● Task to carry out
Print nothing except the lines of the listing below from the line with "circle A0 centre (71, 20.5) radius 2" to the line with "properties part number", each exactly as written, both ends included.
╭─ Information given
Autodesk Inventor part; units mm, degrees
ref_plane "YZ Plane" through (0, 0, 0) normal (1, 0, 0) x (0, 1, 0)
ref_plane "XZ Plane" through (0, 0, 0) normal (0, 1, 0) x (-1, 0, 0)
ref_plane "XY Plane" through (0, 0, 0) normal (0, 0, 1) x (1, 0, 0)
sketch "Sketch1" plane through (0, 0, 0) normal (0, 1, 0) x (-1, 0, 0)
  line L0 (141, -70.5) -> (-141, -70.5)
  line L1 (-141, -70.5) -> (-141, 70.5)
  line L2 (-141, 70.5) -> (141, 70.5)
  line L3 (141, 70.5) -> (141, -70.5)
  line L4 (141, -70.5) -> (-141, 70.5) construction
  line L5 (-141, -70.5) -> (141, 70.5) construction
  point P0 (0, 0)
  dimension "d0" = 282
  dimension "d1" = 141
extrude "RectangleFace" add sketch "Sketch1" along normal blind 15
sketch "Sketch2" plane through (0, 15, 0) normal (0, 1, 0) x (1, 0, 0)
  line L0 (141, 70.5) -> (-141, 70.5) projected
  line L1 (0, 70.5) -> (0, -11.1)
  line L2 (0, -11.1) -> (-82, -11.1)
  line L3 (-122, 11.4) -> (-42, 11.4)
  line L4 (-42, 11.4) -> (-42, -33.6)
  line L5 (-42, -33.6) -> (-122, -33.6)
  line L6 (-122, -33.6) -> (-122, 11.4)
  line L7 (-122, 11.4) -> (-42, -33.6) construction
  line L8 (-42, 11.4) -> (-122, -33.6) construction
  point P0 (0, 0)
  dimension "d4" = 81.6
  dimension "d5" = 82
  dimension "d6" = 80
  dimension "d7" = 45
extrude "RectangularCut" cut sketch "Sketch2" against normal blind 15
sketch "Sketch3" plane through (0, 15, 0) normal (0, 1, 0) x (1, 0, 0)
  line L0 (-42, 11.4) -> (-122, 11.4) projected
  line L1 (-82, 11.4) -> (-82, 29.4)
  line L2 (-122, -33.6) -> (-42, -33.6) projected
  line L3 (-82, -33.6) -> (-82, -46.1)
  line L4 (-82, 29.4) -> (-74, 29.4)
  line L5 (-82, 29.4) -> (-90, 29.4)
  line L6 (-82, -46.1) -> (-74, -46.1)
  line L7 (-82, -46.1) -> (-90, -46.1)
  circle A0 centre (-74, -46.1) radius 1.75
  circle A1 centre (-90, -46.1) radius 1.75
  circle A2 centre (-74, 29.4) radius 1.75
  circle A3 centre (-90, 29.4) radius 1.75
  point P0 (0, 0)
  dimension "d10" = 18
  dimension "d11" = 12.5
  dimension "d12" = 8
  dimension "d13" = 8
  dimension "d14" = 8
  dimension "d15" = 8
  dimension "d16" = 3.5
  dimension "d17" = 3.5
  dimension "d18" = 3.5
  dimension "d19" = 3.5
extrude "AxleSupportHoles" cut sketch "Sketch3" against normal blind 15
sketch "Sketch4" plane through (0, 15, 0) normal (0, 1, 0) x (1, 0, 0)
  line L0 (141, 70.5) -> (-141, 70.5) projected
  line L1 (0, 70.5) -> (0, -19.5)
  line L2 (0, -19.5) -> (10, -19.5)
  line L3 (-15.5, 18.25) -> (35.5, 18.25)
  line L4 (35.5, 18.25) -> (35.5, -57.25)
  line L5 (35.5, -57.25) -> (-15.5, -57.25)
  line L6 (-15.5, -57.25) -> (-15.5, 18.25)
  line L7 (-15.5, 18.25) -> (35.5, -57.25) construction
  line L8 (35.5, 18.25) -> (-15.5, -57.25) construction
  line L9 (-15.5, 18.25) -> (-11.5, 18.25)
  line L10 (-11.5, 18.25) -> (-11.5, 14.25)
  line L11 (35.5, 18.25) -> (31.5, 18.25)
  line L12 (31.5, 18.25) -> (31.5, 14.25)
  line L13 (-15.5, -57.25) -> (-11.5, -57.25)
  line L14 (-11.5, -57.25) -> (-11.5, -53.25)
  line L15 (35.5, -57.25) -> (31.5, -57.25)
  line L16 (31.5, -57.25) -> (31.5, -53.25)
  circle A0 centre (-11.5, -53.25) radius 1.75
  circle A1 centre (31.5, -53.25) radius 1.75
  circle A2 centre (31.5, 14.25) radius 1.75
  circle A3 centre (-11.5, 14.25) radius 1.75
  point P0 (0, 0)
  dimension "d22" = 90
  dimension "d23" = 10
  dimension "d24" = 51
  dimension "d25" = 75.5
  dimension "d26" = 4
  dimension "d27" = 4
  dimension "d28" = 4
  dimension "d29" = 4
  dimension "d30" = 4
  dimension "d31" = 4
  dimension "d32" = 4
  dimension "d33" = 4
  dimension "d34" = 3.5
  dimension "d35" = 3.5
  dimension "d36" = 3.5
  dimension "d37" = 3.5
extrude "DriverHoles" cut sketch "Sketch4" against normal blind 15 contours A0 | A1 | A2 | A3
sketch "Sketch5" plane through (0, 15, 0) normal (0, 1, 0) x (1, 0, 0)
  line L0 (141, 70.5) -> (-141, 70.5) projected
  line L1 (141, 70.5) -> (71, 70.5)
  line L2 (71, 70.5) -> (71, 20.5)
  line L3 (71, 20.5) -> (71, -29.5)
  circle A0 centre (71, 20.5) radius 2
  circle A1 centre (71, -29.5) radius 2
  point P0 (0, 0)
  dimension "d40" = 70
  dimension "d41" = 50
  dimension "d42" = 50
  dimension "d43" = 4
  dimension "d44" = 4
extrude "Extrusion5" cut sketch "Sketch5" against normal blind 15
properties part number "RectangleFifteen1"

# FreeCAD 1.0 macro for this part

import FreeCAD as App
import Part
import Sketcher

V = App.Vector
Q = App.Units.Quantity

doc = App.newDocument("Part")
body = doc.addObject("PartDesign::Body", "Body")

# Sketch on XZ plane
sketch1 = doc.addObject("Sketcher::SketchObject", "Sketch")
body.addObject(sketch1)
sketch1.AttachmentSupport = (doc.XZ_Plane, [""])
sketch1.MapMode = "FlatFace"
sketch1.addGeometry([
    Part.LineSegment(V(141, -70.5, 0), V(-141, -70.5, 0)),
    Part.LineSegment(V(-141, -70.5, 0), V(-141, 70.5, 0)),
    Part.LineSegment(V(-141, 70.5, 0), V(141, 70.5, 0)),
    Part.LineSegment(V(141, 70.5, 0), V(141, -70.5, 0)),
], False)
sketch1.addConstraint([
    Sketcher.Constraint("Coincident", 0, 2, 1, 1),
    Sketcher.Constraint("Coincident", 1, 2, 2, 1),
    Sketcher.Constraint("Coincident", 2, 2, 3, 1),
    Sketcher.Constraint("Coincident", 3, 2, 0, 1),
    Sketcher.Constraint("Horizontal", 0),
    Sketcher.Constraint("Vertical", 1),
    Sketcher.Constraint("Horizontal", 2),
    Sketcher.Constraint("Vertical", 3),
    Sketcher.Constraint("Symmetric", 0, 2, 2, 2, -1, 1),
    Sketcher.Constraint("DistanceX", 0, 2, 0, 1, Q("282 mm")),
    Sketcher.Constraint("DistanceY", 1, 1, 1, 2, Q("141 mm")),
])
pad1 = doc.addObject("PartDesign::Pad", "Pad")
body.addObject(pad1)
pad1.Profile = sketch1
pad1.Length = 15
pad1.Reversed = True

# Sketch on XZ plane
sketch2 = doc.addObject("Sketcher::SketchObject", "Sketch001")
body.addObject(sketch2)
sketch2.AttachmentSupport = (doc.XZ_Plane, [""])
sketch2.MapMode = "FlatFace"
sketch2.AttachmentOffset = App.Placement(V(0, 0, -15), App.Rotation())
sketch2.addGeometry([
    Part.LineSegment(V(-42, -11.4, 0), V(-122, -11.4, 0)),
    Part.LineSegment(V(-122, -11.4, 0), V(-122, 33.6, 0)),
    Part.LineSegment(V(-122, 33.6, 0), V(-42, 33.6, 0)),
    Part.LineSegment(V(-42, 33.6, 0), V(-42, -11.4, 0)),
], False)
sketch2.addConstraint([
    Sketcher.Constraint("Coincident", 0, 2, 1, 1),
    Sketcher.Constraint("Coincident", 1, 2, 2, 1),
    Sketcher.Constraint("Coincident", 2, 2, 3, 1),
    Sketcher.Constraint("Coincident", 3, 2, 0, 1),
    Sketcher.Constraint("Horizontal", 0),
    Sketcher.Constraint("Vertical", 1),
    Sketcher.Constraint("Horizontal", 2),
    Sketcher.Constraint("Vertical", 3),
    Sketcher.Constraint("DistanceX", 0, 2, 0, 1, Q("80 mm")),
    Sketcher.Constraint("DistanceY", 1, 1, 1, 2, Q("45 mm")),
    Sketcher.Constraint("DistanceX", 0, 2, -1, 1, Q("122 mm")),
    Sketcher.Constraint("DistanceY", 0, 2, -1, 1, Q("11.4 mm")),
])
pocket1 = doc.addObject("PartDesign::Pocket", "Pocket")
body.addObject(pocket1)
pocket1.Profile = sketch2
pocket1.Length = 15
pocket1.Reversed = True

# Sketch on XZ plane
sketch3 = doc.addObject("Sketcher::SketchObject", "Sketch002")
body.addObject(sketch3)
sketch3.AttachmentSupport = (doc.XZ_Plane, [""])
sketch3.MapMode = "FlatFace"
sketch3.AttachmentOffset = App.Placement(V(0, 0, -15), App.Rotation())
sketch3.addGeometry([
    Part.Circle(V(-74, -29.4, 0), V(0, 0, 1), 1.75),
    Part.Circle(V(-90, -29.4, 0), V(0, 0, 1), 1.75),
    Part.Circle(V(-74, 46.1, 0), V(0, 0, 1), 1.75),
    Part.Circle(V(-90, 46.1, 0), V(0, 0, 1), 1.75),
], False)
sketch3.addConstraint([
    Sketcher.Constraint("Equal", 0, 1),
    Sketcher.Constraint("Equal", 1, 2),
    Sketcher.Constraint("Equal", 2, 3),
    Sketcher.Constraint("Horizontal", 0, 3, 1, 3),
    Sketcher.Constraint("Horizontal", 2, 3, 3, 3),
    Sketcher.Constraint("Vertical", 0, 3, 2, 3),
    Sketcher.Constraint("Vertical", 1, 3, 3, 3),
    Sketcher.Constraint("Diameter", 0, Q("3.5 mm")),
    Sketcher.Constraint("DistanceX", 0, 3, -1, 1, Q("74 mm")),
    Sketcher.Constraint("DistanceX", 1, 3, -1, 1, Q("90 mm")),
    Sketcher.Constraint("DistanceY", 0, 3, -1, 1, Q("29.4 mm")),
    Sketcher.Constraint("DistanceY", -1, 1, 2, 3, Q("46.1 mm")),
])
pocket2 = doc.addObject("PartDesign::Pocket", "Pocket001")
body.addObject(pocket2)
pocket2.Profile = sketch3
pocket2.Length = 15
pocket2.Reversed = True

# Sketch on XZ plane
sketch4 = doc.addObject("Sketcher::SketchObject", "Sketch003")
body.addObject(sketch4)
sketch4.AttachmentSupport = (doc.XZ_Plane, [""])
sketch4.MapMode = "FlatFace"
sketch4.AttachmentOffset = App.Placement(V(0, 0, -15), App.Rotation())
sketch4.addGeometry([
    Part.Circle(V(-11.5, 53.25, 0), V(0, 0, 1), 1.75),
    Part.Circle(V(31.5, 53.25, 0), V(0, 0, 1), 1.75),
    Part.Circle(V(31.5, -14.25, 0), V(0, 0, 1), 1.75),
    Part.Circle(V(-11.5, -14.25, 0), V(0, 0, 1), 1.75),
], False)
sketch4.addConstraint([
    Sketcher.Constraint("Equal", 0, 1),
    Sketcher.Constraint("Equal", 1, 2),
    Sketcher.Constraint("Equal", 2, 3),
    Sketcher.Constraint("Horizontal", 0, 3, 1, 3),
    Sketcher.Constraint("Horizontal", 2, 3, 3, 3),
    Sketcher.Constraint("Vertical", 1, 3, 2, 3),
    Sketcher.Constraint("Vertical", 0, 3, 3, 3),
    Sketcher.Constraint("Diameter", 0, Q("3.5 mm")),
    Sketcher.Constraint("DistanceX", 0, 3, 1, 3, Q("43 mm")),
    Sketcher.Constraint("DistanceX", 0, 3, -1, 1, Q("11.5 mm")),
    Sketcher.Constraint("DistanceY", 2, 3, 1, 3, Q("67.5 mm")),
    Sketcher.Constraint("DistanceY", -1, 1, 0, 3, Q("53.25 mm")),
])
pocket3 = doc.addObject("PartDesign::Pocket", "Pocket002")
body.addObject(pocket3)
pocket3.Profile = sketch4
pocket3.Length = 15
pocket3.Reversed = True

# Sketch on XZ plane
sketch5 = doc.addObject("Sketcher::SketchObject", "Sketch004")
body.addObject(sketch5)
sketch5.AttachmentSupport = (doc.XZ_Plane, [""])
sketch5.MapMode = "FlatFace"
sketch5.AttachmentOffset = App.Placement(V(0, 0, -15), App.Rotation())
sketch5.addGeometry([
    Part.Circle(V(71, -20.5, 0), V(0, 0, 1), 2),
    Part.Circle(V(71, 29.5, 0), V(0, 0, 1), 2),
], False)
sketch5.addConstraint([
    Sketcher.Constraint("Equal", 0, 1),
    Sketcher.Constraint("Vertical", 0, 3, 1, 3),
    Sketcher.Constraint("Diameter", 0, Q("4 mm")),
    Sketcher.Constraint("DistanceY", 0, 3, 1, 3, Q("50 mm")),
    Sketcher.Constraint("DistanceX", -1, 1, 0, 3, Q("71 mm")),
    Sketcher.Constraint("DistanceY", 0, 3, -1, 1, Q("20.5 mm")),
])
pocket4 = doc.addObject("PartDesign::Pocket", "Pocket003")
body.addObject(pocket4)
pocket4.Profile = sketch5
pocket4.Length = 15
pocket4.Reversed = True

doc.recompute()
╰─
● Task solution
  circle A0 centre (71, 20.5) radius 2
  circle A1 centre (71, -29.5) radius 2
  point P0 (0, 0)
  dimension "d40" = 70
  dimension "d41" = 50
  dimension "d42" = 50
  dimension "d43" = 4
  dimension "d44" = 4
extrude "Extrusion5" cut sketch "Sketch5" against normal blind 15
properties part number "RectangleFifteen1"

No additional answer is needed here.